## PROBLEM DETAILS
A single number is expected: the count of lines in the records below that contain "SUBTRACT".

## RECORDED INFORMATION
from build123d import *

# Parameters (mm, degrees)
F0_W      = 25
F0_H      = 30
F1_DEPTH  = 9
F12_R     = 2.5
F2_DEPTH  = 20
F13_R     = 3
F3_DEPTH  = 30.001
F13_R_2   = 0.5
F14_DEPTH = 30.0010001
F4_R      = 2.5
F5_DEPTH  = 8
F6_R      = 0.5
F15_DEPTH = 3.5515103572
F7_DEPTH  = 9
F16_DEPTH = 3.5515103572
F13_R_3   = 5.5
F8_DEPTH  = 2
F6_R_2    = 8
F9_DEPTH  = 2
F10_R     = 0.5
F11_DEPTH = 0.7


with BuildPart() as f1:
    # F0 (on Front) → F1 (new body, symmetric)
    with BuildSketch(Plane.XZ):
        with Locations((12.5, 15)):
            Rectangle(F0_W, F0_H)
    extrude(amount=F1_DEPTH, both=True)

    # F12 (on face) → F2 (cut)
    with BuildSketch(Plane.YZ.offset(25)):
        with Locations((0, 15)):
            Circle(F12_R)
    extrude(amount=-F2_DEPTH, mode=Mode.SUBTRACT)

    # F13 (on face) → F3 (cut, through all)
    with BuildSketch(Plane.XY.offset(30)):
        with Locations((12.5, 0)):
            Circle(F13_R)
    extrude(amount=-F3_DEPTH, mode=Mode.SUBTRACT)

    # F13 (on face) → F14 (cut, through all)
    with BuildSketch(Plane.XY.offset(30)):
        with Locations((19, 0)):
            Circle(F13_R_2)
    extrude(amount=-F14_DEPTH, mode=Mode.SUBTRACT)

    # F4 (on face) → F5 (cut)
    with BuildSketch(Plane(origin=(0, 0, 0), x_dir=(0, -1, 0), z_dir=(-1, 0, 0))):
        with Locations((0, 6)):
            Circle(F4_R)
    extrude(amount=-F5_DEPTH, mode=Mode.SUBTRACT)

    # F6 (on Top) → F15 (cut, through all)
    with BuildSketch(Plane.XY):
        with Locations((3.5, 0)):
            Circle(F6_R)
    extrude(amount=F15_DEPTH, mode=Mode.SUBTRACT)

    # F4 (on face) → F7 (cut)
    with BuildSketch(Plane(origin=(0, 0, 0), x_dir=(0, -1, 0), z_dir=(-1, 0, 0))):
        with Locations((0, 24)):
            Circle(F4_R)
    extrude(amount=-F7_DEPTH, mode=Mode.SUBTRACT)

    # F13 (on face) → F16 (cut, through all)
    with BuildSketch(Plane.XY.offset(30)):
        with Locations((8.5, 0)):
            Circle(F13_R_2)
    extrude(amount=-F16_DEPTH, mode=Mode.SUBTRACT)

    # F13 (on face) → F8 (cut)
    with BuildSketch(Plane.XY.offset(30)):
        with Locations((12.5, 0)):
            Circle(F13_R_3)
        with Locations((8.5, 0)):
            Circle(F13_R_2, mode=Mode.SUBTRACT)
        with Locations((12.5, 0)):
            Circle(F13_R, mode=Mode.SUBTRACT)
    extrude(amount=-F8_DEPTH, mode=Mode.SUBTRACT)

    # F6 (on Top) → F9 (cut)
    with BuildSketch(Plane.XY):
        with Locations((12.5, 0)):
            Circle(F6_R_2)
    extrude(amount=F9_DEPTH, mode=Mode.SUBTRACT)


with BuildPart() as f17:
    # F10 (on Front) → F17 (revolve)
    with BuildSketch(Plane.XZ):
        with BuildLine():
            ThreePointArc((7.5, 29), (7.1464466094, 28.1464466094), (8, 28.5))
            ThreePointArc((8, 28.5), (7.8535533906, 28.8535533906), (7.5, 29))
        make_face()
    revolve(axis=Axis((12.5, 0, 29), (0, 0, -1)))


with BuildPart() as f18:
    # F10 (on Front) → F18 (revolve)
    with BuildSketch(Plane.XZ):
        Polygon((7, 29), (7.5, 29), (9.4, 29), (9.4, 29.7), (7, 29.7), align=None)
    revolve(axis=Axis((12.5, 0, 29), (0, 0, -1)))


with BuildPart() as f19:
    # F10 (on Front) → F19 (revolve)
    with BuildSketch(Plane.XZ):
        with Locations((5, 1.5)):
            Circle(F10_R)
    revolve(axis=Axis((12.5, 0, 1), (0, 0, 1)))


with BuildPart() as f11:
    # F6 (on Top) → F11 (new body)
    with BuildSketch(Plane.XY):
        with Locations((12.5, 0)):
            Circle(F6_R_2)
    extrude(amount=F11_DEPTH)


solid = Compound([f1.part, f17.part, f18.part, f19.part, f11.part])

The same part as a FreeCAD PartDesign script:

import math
import FreeCAD as App
import Part
import Sketcher
from FreeCAD import Vector
Q = App.Units.Quantity


def add_polygon(sketch, points):
    """Adds a closed chain of lines whose ends are joined by coincident constraints."""
    first, n = sketch.GeometryCount, len(points)
    for a, b in zip(points, points[1:] + points[:1]):
        sketch.addGeometry(Part.LineSegment(App.Vector(*a, 0), App.Vector(*b, 0)), False)
    for i in range(n):
        sketch.addConstraint(Sketcher.Constraint("Coincident", first + i, 2, first + (i + 1) % n, 1))

doc = App.newDocument("Part")
body = doc.addObject("PartDesign::Body", "Body")

# Sketch on XZ plane
sketch1 = body.newObject("Sketcher::SketchObject", "Sketch")
sketch1.AttachmentSupport = (doc.getObject("XZ_Plane"), [""])
sketch1.MapMode = "FlatFace"
add_polygon(sketch1, [(0, 30), (0, 0), (25, 0), (25, 30)])  # lines 0-3
sketch1.addConstraint(Sketcher.Constraint("Vertical", 0))
sketch1.addConstraint(Sketcher.Constraint("Horizontal", 1))
sketch1.addConstraint(Sketcher.Constraint("Vertical", 2))
sketch1.addConstraint(Sketcher.Constraint("Horizontal", 3))
sketch1.addConstraint(Sketcher.Constraint("Coincident", 0, 2, -1, 1))
sketch1.addConstraint(Sketcher.Constraint("DistanceX", 1, 1, 1, 2, Q("25 mm")))
sketch1.addConstraint(Sketcher.Constraint("DistanceY", 0, 2, 0, 1, Q("30 mm")))
pad1 = body.newObject("PartDesign::Pad", "Pad")
pad1.Profile = sketch1
pad1.Length = 18
pad1.Midplane = True

# Sketch on YZ plane
sketch2 = body.newObject("Sketcher::SketchObject", "Sketch001")
sketch2.AttachmentSupport = (doc.getObject("YZ_Plane"), [""])
sketch2.MapMode = "FlatFace"
sketch2.AttachmentOffset = App.Placement(Vector(0, 0, 25), App.Rotation())
sketch2.addGeometry(Part.Circle(Vector(0, 15, 0), Vector(0, 0, 1), 2.5), False)
sketch2.addConstraint(Sketcher.Constraint("PointOnObject", 0, 3, -2))
sketch2.addConstraint(Sketcher.Constraint("Diameter", 0, Q("5 mm")))
sketch2.addConstraint(Sketcher.Constraint("DistanceY", -1, 1, 0, 3, Q("15 mm")))
pocket1 = body.newObject("PartDesign::Pocket", "Pocket")
pocket1.Profile = sketch2
pocket1.Length = 20

# Sketch on XY plane
sketch3 = body.newObject("Sketcher::SketchObject", "Sketch002")
sketch3.AttachmentSupport = (doc.getObject("XY_Plane"), [""])
sketch3.MapMode = "FlatFace"
sketch3.AttachmentOffset = App.Placement(Vector(0, 0, 30), App.Rotation())
sketch3.addGeometry(Part.Circle(Vector(12.5, 0, 0), Vector(0, 0, 1), 3), False)
sketch3.addConstraint(Sketcher.Constraint("PointOnObject", 0, 3, -1))
sketch3.addConstraint(Sketcher.Constraint("Diameter", 0, Q("6 mm")))
sketch3.addConstraint(Sketcher.Constraint("DistanceX", -1, 1, 0, 3, Q("12.5 mm")))
pocket2 = body.newObject("PartDesign::Pocket", "Pocket001")
pocket2.Profile = sketch3
pocket2.Type = "ThroughAll"

# Sketch on XY plane
sketch4 = body.newObject("Sketcher::SketchObject", "Sketch003")
sketch4.AttachmentSupport = (doc.getObject("XY_Plane"), [""])
sketch4.MapMode = "FlatFace"
sketch4.AttachmentOffset = App.Placement(Vector(0, 0, 30), App.Rotation())
sketch4.addGeometry(Part.Circle(Vector(19, 0, 0), Vector(0, 0, 1), 0.5), False)
sketch4.addConstraint(Sketcher.Constraint("PointOnObject", 0, 3, -1))
sketch4.addConstraint(Sketcher.Constraint("Diameter", 0, Q("1 mm")))
sketch4.addConstraint(Sketcher.Constraint("DistanceX", -1, 1, 0, 3, Q("19 mm")))
pocket3 = body.newObject("PartDesign::Pocket", "Pocket002")
pocket3.Profile = sketch4
pocket3.Type = "ThroughAll"

# Sketch on YZ plane
sketch5 = body.newObject("Sketcher::SketchObject", "Sketch004")
sketch5.AttachmentSupport = (doc.getObject("YZ_Plane"), [""])
sketch5.MapMode = "FlatFace"
sketch5.addGeometry(Part.Circle(Vector(0, 6, 0), Vector(0, 0, 1), 2.5), False)
sketch5.addConstraint(Sketcher.Constraint("PointOnObject", 0, 3, -2))
sketch5.addConstraint(Sketcher.Constraint("Diameter", 0, Q("5 mm")))
sketch5.addConstraint(Sketcher.Constraint("DistanceY", -1, 1, 0, 3, Q("6 mm")))
pocket4 = body.newObject("PartDesign::Pocket", "Pocket003")
pocket4.Profile = sketch5
pocket4.Length = 8
pocket4.Reversed = True

# Sketch on XY plane
sketch6 = body.newObject("Sketcher::SketchObject", "Sketch005")
sketch6.AttachmentSupport = (doc.getObject("XY_Plane"), [""])
sketch6.MapMode = "FlatFace"
sketch6.addGeometry(Part.Circle(Vector(3.5, 0, 0), Vector(0, 0, 1), 0.5), False)
sketch6.addConstraint(Sketcher.Constraint("PointOnObject", 0, 3, -1))
sketch6.addConstraint(Sketcher.Constraint("Diameter", 0, Q("1 mm")))
sketch6.addConstraint(Sketcher.Constraint("DistanceX", -1, 1, 0, 3, Q("3.5 mm")))
pocket5 = body.newObject("PartDesign::Pocket", "Pocket004")
pocket5.Profile = sketch6
pocket5.Length = 3.55151
pocket5.Reversed = True

# Sketch on YZ plane
sketch7 = body.newObject("Sketcher::SketchObject", "Sketch006")
sketch7.AttachmentSupport = (doc.getObject("YZ_Plane"), [""])
sketch7.MapMode = "FlatFace"
sketch7.addGeometry(Part.Circle(Vector(0, 24, 0), Vector(0, 0, 1), 2.5), False)
sketch7.addConstraint(Sketcher.Constraint("PointOnObject", 0, 3, -2))
sketch7.addConstraint(Sketcher.Constraint("Diameter", 0, Q("5 mm")))
sketch7.addConstraint(Sketcher.Constraint("DistanceY", -1, 1, 0, 3, Q("24 mm")))
pocket6 = body.newObject("PartDesign::Pocket", "Pocket005")
pocket6.Profile = sketch7
pocket6.Length = 9
pocket6.Reversed = True

# Sketch on XY plane
sketch8 = body.newObject("Sketcher::SketchObject", "Sketch007")
sketch8.AttachmentSupport = (doc.getObject("XY_Plane"), [""])
sketch8.MapMode = "FlatFace"
sketch8.AttachmentOffset = App.Placement(Vector(0, 0, 30), App.Rotation())
sketch8.addGeometry(Part.Circle(Vector(8.5, 0, 0), Vector(0, 0, 1), 0.5), False)
sketch8.addConstraint(Sketcher.Constraint("PointOnObject", 0, 3, -1))
sketch8.addConstraint(Sketcher.Constraint("Diameter", 0, Q("1 mm")))
sketch8.addConstraint(Sketcher.Constraint("DistanceX", -1, 1, 0, 3, Q("8.5 mm")))
pocket7 = body.newObject("PartDesign::Pocket", "Pocket006")
pocket7.Profile = sketch8
pocket7.Length = 3.55151

# Sketch on XY plane
sketch9 = body.newObject("Sketcher::SketchObject", "Sketch008")
sketch9.AttachmentSupport = (doc.getObject("XY_Plane"), [""])
sketch9.MapMode = "FlatFace"
sketch9.AttachmentOffset = App.Placement(Vector(0, 0, 30), App.Rotation())
sketch9.addGeometry(Part.Circle(Vector(12.5, 0, 0), Vector(0, 0, 1), 5.5), False)
sketch9.addGeometry(Part.Circle(Vector(8.5, 0, 0), Vector(0, 0, 1), 0.5), False)
sketch9.addGeometry(Part.Circle(Vector(12.5, 0, 0), Vector(0, 0, 1), 3), False)
sketch9.addConstraint(Sketcher.Constraint("Coincident", 2, 3, 0, 3))
sketch9.addConstraint(Sketcher.Constraint("PointOnObject", 0, 3, -1))
sketch9.addConstraint(Sketcher.Constraint("PointOnObject", 1, 3, -1))
sketch9.addConstraint(Sketcher.Constraint("Diameter", 0, Q("11 mm")))
sketch9.addConstraint(Sketcher.Constraint("Diameter", 1, Q("1 mm")))
sketch9.addConstraint(Sketcher.Constraint("Diameter", 2, Q("6 mm")))
sketch9.addConstraint(Sketcher.Constraint("DistanceX", 1, 3, 0, 3, Q("4 mm")))
sketch9.addConstraint(Sketcher.Constraint("DistanceX", -1, 1, 0, 3, Q("12.5 mm")))
pocket8 = body.newObject("PartDesign::Pocket", "Pocket007")
pocket8.Profile = sketch9
pocket8.Length = 2

# Sketch on XY plane
sketch10 = body.newObject("Sketcher::SketchObject", "Sketch009")
sketch10.AttachmentSupport = (doc.getObject("XY_Plane"), [""])
sketch10.MapMode = "FlatFace"
sketch10.addGeometry(Part.Circle(Vector(12, 0, 0), Vector(0, 0, 1), 8), False)
sketch10.addConstraint(Sketcher.Constraint("PointOnObject", 0, 3, -1))
sketch10.addConstraint(Sketcher.Constraint("Diameter", 0, Q("16 mm")))
sketch10.addConstraint(Sketcher.Constraint("DistanceX", -1, 1, 0, 3, Q("12.5 mm")))
pocket9 = body.newObject("PartDesign::Pocket", "Pocket008")
pocket9.Profile = sketch10
pocket9.Length = 2
pocket9.Reversed = True
body2 = doc.addObject("PartDesign::Body", "Body001")

# Sketch on XZ plane
sketch11 = body2.newObject("Sketcher::SketchObject", "Sketch010")
sketch11.AttachmentSupport = (doc.getObject("XZ_Plane001"), [""])
sketch11.MapMode = "FlatFace"
sketch11.addGeometry(Part.ArcOfCircle(Part.Circle(Vector(7.5, 28.5, 0), Vector(0, 0, 1), 0.5), math.radians(90), math.radians(360)), False)
sketch11.addGeometry(Part.ArcOfCircle(Part.Circle(Vector(7.5, 28.5, 0), Vector(0, 0, 1), 0.5), math.radians(0), math.radians(90)), False)
sketch11.addGeometry(Part.LineSegment(Vector(12.5, 29, 0), Vector(12.5, 28.5, 0)), True)  # axis
sketch11.addConstraint(Sketcher.Constraint("Tangent", 0, 1, 1, 2))
sketch11.addConstraint(Sketcher.Constraint("Coincident", 1, 1, 0, 2))
sketch11.addConstraint(Sketcher.Constraint("Vertical", 2))
sketch11.addConstraint(Sketcher.Constraint("Horizontal", 0, 3, 1, 1))
sketch11.addConstraint(Sketcher.Constraint("Horizontal", 0, 1, 2, 1))
sketch11.addConstraint(Sketcher.Constraint("Horizontal", 1, 1, 2, 2))
sketch11.addConstraint(Sketcher.Constraint("Vertical", 1, 3, 0, 1))
sketch11.addConstraint(Sketcher.Constraint("Radius", 0, Q("0.5 mm")))
sketch11.addConstraint(Sketcher.Constraint("DistanceY", -1, 1, 0, 1, Q("29 mm")))
sketch11.addConstraint(Sketcher.Constraint("DistanceX", -1, 1, 1, 1, Q("8 mm")))
sketch11.addConstraint(Sketcher.Constraint("DistanceX", 0, 1, 2, 1, Q("5 mm")))
revolution = body2.newObject("PartDesign::Revolution", "Revolution")
revolution.Profile = sketch11
revolution.ReferenceAxis = (sketch11, ["Axis0"])
revolution.Angle = 360
body3 = doc.addObject("PartDesign::Body", "Body002")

## RESPONSE AREA
11